**Directions**
Give the data again exactly, stopping after the "v -228.241 40 71.916" line.
╭──
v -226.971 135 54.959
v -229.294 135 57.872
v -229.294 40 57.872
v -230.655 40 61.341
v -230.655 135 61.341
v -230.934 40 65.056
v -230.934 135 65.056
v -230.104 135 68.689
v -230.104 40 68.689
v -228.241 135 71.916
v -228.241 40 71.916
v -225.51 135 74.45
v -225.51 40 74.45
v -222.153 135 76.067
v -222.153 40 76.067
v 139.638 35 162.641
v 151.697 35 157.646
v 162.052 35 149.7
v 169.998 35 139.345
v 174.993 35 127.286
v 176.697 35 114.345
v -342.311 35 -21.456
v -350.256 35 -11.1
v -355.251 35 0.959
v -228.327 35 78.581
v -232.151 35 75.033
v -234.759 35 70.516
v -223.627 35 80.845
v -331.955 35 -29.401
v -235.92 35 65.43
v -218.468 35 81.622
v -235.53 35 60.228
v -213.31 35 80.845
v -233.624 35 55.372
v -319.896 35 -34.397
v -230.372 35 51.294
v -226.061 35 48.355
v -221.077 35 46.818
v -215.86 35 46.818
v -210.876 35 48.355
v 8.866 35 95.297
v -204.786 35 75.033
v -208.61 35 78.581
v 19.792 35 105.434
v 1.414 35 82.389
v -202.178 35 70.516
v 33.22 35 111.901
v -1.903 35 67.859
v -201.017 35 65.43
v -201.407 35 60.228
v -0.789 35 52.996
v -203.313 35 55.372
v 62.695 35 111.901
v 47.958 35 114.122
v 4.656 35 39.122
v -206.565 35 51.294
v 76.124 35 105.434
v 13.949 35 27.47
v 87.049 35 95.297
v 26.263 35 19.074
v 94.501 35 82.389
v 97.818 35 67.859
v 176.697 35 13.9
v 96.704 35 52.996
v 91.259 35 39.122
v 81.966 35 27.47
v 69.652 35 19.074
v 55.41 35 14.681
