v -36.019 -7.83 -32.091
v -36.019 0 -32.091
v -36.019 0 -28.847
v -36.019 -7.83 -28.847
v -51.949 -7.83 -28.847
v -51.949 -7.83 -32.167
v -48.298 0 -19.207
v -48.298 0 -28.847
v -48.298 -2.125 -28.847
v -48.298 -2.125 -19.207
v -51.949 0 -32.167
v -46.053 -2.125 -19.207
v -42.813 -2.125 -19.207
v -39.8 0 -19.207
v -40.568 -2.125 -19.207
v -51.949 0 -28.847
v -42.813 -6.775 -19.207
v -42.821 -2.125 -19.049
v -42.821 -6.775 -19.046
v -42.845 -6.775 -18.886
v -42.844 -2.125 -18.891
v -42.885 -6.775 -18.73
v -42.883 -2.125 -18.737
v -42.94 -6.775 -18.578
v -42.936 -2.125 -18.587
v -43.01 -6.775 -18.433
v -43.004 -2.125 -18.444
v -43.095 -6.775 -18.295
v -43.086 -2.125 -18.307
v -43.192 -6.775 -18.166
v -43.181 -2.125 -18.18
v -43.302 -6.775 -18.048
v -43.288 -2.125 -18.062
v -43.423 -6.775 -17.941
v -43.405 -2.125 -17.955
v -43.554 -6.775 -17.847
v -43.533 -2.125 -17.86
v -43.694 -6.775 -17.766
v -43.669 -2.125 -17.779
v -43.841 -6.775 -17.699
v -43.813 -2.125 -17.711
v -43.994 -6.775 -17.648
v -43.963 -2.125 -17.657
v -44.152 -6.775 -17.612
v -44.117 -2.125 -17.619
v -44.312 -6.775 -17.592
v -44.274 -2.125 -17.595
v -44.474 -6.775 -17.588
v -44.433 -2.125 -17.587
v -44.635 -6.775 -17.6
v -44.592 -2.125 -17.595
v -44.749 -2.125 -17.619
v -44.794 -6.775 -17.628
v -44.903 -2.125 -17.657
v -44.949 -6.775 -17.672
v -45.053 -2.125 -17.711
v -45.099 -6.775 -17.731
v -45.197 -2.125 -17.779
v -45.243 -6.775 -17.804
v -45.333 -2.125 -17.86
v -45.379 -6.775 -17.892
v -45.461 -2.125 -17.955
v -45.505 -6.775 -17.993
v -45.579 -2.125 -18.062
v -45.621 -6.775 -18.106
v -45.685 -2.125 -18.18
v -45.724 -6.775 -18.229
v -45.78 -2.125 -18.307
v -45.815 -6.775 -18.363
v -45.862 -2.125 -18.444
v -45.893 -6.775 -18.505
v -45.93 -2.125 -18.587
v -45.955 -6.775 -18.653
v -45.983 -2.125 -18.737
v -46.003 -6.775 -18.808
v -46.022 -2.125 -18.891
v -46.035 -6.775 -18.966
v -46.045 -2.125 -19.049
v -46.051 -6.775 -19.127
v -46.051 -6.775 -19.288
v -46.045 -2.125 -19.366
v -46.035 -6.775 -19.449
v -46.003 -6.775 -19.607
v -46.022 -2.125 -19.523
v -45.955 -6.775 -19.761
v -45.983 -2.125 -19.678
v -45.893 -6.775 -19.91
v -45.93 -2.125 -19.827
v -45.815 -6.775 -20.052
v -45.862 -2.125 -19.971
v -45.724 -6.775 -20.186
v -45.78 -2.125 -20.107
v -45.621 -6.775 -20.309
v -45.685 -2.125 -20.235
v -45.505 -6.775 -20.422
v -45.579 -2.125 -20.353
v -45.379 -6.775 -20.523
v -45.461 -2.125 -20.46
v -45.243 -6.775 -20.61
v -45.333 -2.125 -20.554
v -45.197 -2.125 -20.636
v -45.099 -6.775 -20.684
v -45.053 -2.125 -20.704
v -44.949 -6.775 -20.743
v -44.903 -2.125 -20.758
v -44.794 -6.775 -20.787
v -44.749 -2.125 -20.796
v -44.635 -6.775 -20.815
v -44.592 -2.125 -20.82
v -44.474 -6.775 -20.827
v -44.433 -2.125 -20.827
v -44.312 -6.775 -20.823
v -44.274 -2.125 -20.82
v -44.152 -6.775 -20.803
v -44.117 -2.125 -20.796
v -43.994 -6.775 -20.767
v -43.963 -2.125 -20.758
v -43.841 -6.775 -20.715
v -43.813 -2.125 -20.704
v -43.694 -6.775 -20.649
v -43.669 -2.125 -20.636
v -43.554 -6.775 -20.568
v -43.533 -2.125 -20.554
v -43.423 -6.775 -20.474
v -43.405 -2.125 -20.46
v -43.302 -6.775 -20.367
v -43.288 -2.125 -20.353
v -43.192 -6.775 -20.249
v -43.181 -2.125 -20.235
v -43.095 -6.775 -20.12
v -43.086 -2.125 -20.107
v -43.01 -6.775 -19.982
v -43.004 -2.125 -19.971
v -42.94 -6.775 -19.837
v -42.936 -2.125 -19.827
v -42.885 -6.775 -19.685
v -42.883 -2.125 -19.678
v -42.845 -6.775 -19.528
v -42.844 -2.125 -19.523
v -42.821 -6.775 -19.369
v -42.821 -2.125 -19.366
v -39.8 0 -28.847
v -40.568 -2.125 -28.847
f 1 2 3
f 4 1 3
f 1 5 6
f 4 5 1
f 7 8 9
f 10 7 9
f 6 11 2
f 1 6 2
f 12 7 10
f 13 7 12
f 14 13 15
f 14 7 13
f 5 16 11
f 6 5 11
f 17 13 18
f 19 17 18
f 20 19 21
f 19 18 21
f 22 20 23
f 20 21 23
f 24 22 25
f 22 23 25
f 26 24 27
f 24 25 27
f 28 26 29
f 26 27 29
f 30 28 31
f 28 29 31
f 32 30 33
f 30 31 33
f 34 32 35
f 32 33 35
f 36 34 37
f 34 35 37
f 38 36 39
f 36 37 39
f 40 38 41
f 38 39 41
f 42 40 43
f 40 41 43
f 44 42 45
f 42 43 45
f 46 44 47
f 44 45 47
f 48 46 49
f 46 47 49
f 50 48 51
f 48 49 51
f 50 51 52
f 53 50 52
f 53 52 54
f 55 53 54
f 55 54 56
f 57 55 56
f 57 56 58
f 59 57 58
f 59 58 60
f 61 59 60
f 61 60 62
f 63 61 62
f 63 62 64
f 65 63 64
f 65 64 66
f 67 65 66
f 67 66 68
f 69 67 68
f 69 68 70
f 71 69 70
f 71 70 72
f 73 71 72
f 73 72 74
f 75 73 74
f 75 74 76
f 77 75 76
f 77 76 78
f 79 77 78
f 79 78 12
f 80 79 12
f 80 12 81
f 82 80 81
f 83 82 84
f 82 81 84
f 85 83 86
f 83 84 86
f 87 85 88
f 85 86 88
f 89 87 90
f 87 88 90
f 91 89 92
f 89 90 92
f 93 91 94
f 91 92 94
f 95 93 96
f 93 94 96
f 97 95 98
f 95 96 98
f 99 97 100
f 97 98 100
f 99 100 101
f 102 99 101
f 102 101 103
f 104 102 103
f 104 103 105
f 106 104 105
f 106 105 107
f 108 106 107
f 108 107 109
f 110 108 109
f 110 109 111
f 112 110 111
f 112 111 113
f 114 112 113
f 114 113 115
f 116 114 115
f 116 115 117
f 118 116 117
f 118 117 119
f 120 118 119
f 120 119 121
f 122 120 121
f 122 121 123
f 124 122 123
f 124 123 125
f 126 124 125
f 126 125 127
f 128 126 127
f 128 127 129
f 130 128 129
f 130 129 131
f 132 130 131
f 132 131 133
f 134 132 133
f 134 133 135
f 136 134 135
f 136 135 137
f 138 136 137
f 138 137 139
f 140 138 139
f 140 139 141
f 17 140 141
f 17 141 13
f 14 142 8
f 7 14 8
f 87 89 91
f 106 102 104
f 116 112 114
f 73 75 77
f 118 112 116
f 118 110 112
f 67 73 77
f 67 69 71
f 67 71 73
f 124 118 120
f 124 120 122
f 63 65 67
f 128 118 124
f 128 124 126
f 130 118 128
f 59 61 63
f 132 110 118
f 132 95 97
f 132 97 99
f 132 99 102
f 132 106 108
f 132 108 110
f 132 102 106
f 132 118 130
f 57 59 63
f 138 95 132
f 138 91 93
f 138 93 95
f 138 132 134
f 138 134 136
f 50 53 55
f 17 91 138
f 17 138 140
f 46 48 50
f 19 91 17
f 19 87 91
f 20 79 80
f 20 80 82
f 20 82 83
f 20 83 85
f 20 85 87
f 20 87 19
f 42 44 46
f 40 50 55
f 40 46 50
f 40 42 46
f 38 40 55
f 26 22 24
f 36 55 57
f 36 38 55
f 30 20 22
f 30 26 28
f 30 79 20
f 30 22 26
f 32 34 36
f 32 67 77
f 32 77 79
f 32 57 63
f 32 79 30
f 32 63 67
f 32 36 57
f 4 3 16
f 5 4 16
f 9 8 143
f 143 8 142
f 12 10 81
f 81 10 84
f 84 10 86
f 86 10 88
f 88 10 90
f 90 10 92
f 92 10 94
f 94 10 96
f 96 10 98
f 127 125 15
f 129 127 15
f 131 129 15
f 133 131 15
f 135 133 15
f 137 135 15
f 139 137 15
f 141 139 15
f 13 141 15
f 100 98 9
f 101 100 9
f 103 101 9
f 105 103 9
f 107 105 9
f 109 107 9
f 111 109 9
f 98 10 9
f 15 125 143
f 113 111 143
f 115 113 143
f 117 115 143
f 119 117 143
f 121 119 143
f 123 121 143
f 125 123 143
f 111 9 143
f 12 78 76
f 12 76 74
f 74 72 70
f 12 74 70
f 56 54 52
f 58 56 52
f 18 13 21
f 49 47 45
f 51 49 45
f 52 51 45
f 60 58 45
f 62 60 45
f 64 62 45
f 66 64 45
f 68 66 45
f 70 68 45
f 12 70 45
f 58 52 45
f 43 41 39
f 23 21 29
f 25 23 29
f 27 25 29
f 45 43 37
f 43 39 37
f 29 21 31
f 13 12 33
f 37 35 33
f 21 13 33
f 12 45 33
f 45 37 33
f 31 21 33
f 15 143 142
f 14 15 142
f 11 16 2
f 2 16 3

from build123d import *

# Parameters (mm, degrees)
F1_DEPTH = 7.83
F3_DEPTH = 9.64
F4_R     = 1.62
F5_DEPTH = 4.65


with BuildPart() as f1:
    # F0 (on Front) → F1 (new body)
    with BuildSketch(Plane.XZ):
        Polygon((-36.018939, -28.847411), (-51.948939, -28.847411), (-51.948939, -32.167411), (-36.019121, -32.091239), align=None)
    extrude(amount=F1_DEPTH)


with BuildPart() as f3:
    # F2 (on face) → F3 (new body)
    with BuildSketch(Plane.XY.offset(-28.847411)):
        Polygon((-39.79991, 0), (-48.298113, 0), (-48.298113, -2.12455), (-40.568113, -2.12455), align=None)
    extrude(amount=F3_DEPTH)

    # F4 (on face) → F5 (join)
    with BuildSketch(Plane.XZ.offset(2.12455)):
        with Locations((-44.433113, -19.207411)):
            Circle(F4_R)
    extrude(amount=F5_DEPTH)


solid = Compound([f1.part, f3.part])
╰──
**Problem solution**
v -226.971 135 54.959
v -229.294 135 57.872
v -229.294 40 57.872
v -230.655 40 61.341
v -230.655 135 61.341
v -230.934 40 65.056
v -230.934 135 65.056
v -230.104 135 68.689
v -230.104 40 68.689
v -228.241 135 71.916
v -228.241 40 71.916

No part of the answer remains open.